Real-time analytics refers to the use of, or the capacity to use, available data and resources right as they are produced, rather than at a later time.
Take fraud detection, for instance. Here, the stakes are high as potential financial losses mount with every passing minute that fraudulent activity remains undetected. By employing real-time analytics, businesses can address such threats instantly, preserving resources and protecting their bottom line.
This technology adapts to the unique demands of each business scenario, ensuring that information is not just available but also actionable. Thus, real-time analytics serves as a strategic ally, enabling organizations to make informed decisions swiftly and maintain a competitive edge.

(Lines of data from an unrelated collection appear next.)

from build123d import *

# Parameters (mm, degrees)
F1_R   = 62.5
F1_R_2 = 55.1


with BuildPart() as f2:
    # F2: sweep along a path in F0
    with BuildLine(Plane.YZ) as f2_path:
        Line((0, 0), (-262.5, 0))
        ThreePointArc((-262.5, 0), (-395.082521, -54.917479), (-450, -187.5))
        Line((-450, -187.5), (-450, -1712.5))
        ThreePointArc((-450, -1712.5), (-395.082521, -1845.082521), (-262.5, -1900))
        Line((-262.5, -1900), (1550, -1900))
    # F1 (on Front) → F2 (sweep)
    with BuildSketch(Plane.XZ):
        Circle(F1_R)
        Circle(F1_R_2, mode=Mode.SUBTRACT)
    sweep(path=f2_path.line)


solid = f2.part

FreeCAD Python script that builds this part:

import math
import FreeCAD as App
import Part
import Sketcher
from FreeCAD import Vector
Q = App.Units.Quantity

doc = App.newDocument("Part")
params = doc.addObject("Spreadsheet::Sheet", "Params")
for row, (alias, value) in enumerate([
    ("sketch1_diameter", "125 mm"),
    ("sketch1_diameter2", "110.2 mm"),
    ("sketch2_radius", "187.500002 mm"),
    ("sketch2_height", "1525 mm"),
    ("sketch2_width", "262.5 mm"),
    ("sketch2_width2", "1812.5 mm"),
], start=1):
    params.set(f"A{row}", alias)
    params.set(f"B{row}", "=" + value)
    params.setAlias(f"B{row}", alias)

body = doc.addObject("PartDesign::Body", "Body")

sketch1 = doc.addObject("Sketcher::SketchObject", "Sketch")
body.addObject(sketch1)
sketch1.AttachmentSupport = (doc.XZ_Plane, [""])
sketch1.MapMode = "FlatFace"
sketch1.addGeometry(Part.Circle(Vector(0, 0, 0), Vector(0, 0, 1), 62.5), False)
sketch1.addGeometry(Part.Circle(Vector(0, 0, 0), Vector(0, 0, 1), 55.1), False)
sketch1.addConstraint(Sketcher.Constraint("Coincident", 0, 3, -1, 1))
sketch1.addConstraint(Sketcher.Constraint("Coincident", 1, 3, -1, 1))
sketch1.addConstraint(Sketcher.Constraint("Diameter", 0, Q("125 mm")))
sketch1.addConstraint(Sketcher.Constraint("Diameter", 1, Q("110.2 mm")))
sketch1.setExpression("Constraints[2]", "Params.sketch1_diameter")
sketch1.setExpression("Constraints[3]", "Params.sketch1_diameter2")

sketch2 = doc.addObject("Sketcher::SketchObject", "Sketch001")
body.addObject(sketch2)
sketch2.AttachmentSupport = (doc.YZ_Plane, [""])
sketch2.MapMode = "FlatFace"
sketch2.addGeometry(Part.LineSegment(Vector(0, 0, 0), Vector(-262.5, 0, 0)), False)
sketch2.addGeometry(Part.ArcOfCircle(Part.Circle(Vector(-262.499998, -187.500002, 0), Vector(0, 0, 1), 187.500002), math.radians(90), math.radians(180)), False)
sketch2.addGeometry(Part.LineSegment(Vector(-450, -187.5, 0), Vector(-450, -1712.5, 0)), False)
sketch2.addGeometry(Part.ArcOfCircle(Part.Circle(Vector(-262.499998, -1712.499998, 0), Vector(0, 0, 1), 187.500002), math.radians(-180), math.radians(-90)), False)
sketch2.addGeometry(Part.LineSegment(Vector(-262.5, -1900, 0), Vector(1550, -1900, 0)), False)
sketch2.addConstraint(Sketcher.Constraint("Tangent", 0, 2, 1, 1))
sketch2.addConstraint(Sketcher.Constraint("Tangent", 1, 2, 2, 1))
sketch2.addConstraint(Sketcher.Constraint("Tangent", 2, 2, 3, 1))
sketch2.addConstraint(Sketcher.Constraint("Tangent", 3, 2, 4, 1))
sketch2.addConstraint(Sketcher.Constraint("Horizontal", 0))
sketch2.addConstraint(Sketcher.Constraint("Vertical", 2))
sketch2.addConstraint(Sketcher.Constraint("Horizontal", 4))
sketch2.addConstraint(Sketcher.Constraint("Coincident", 0, 1, -1, 1))
sketch2.addConstraint(Sketcher.Constraint("Equal", 1, 3))
sketch2.addConstraint(Sketcher.Constraint("Radius", 1, Q("187.500002 mm")))
sketch2.addConstraint(Sketcher.Constraint("DistanceY", 2, 2, 2, 1, Q("1525 mm")))
sketch2.addConstraint(Sketcher.Constraint("DistanceX", 0, 2, 0, 1, Q("262.5 mm")))
sketch2.addConstraint(Sketcher.Constraint("DistanceX", 4, 1, 4, 2, Q("1812.5 mm")))
sketch2.setExpression("Constraints[9]", "Params.sketch2_radius")
sketch2.setExpression("Constraints[10]", "Params.sketch2_height")
sketch2.setExpression("Constraints[11]", "Params.sketch2_width")
sketch2.setExpression("Constraints[12]", "Params.sketch2_width2")
doc.recompute()

additivepipe = doc.addObject("PartDesign::AdditivePipe", "AdditivePipe")
body.addObject(additivepipe)
additivepipe.Profile = sketch1
additivepipe.Spine = (sketch2, ["Edge1", "Edge2", "Edge3", "Edge4", "Edge5"])

doc.recompute()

Real-Time Analytics Use Cases
Real-time analytics has found a home in most of the world's largest enterprises and across virtually every industry. It has many practical applications including:
Internal dashboards - Trip.com
A leading travel service provider, trip.com manages a massive number of bookings, customer queries, and operations every day. Real-time analytics plays a pivotal role in their operational efficiency. With internal dashboards powered by real-time data, employees at trip.com can get live updates on bookings, flight statuses, hotel availability, and customer feedback. This enables them to provide swift customer support, optimize their offerings, and make informed business decisions. Read more about trip.com's story here.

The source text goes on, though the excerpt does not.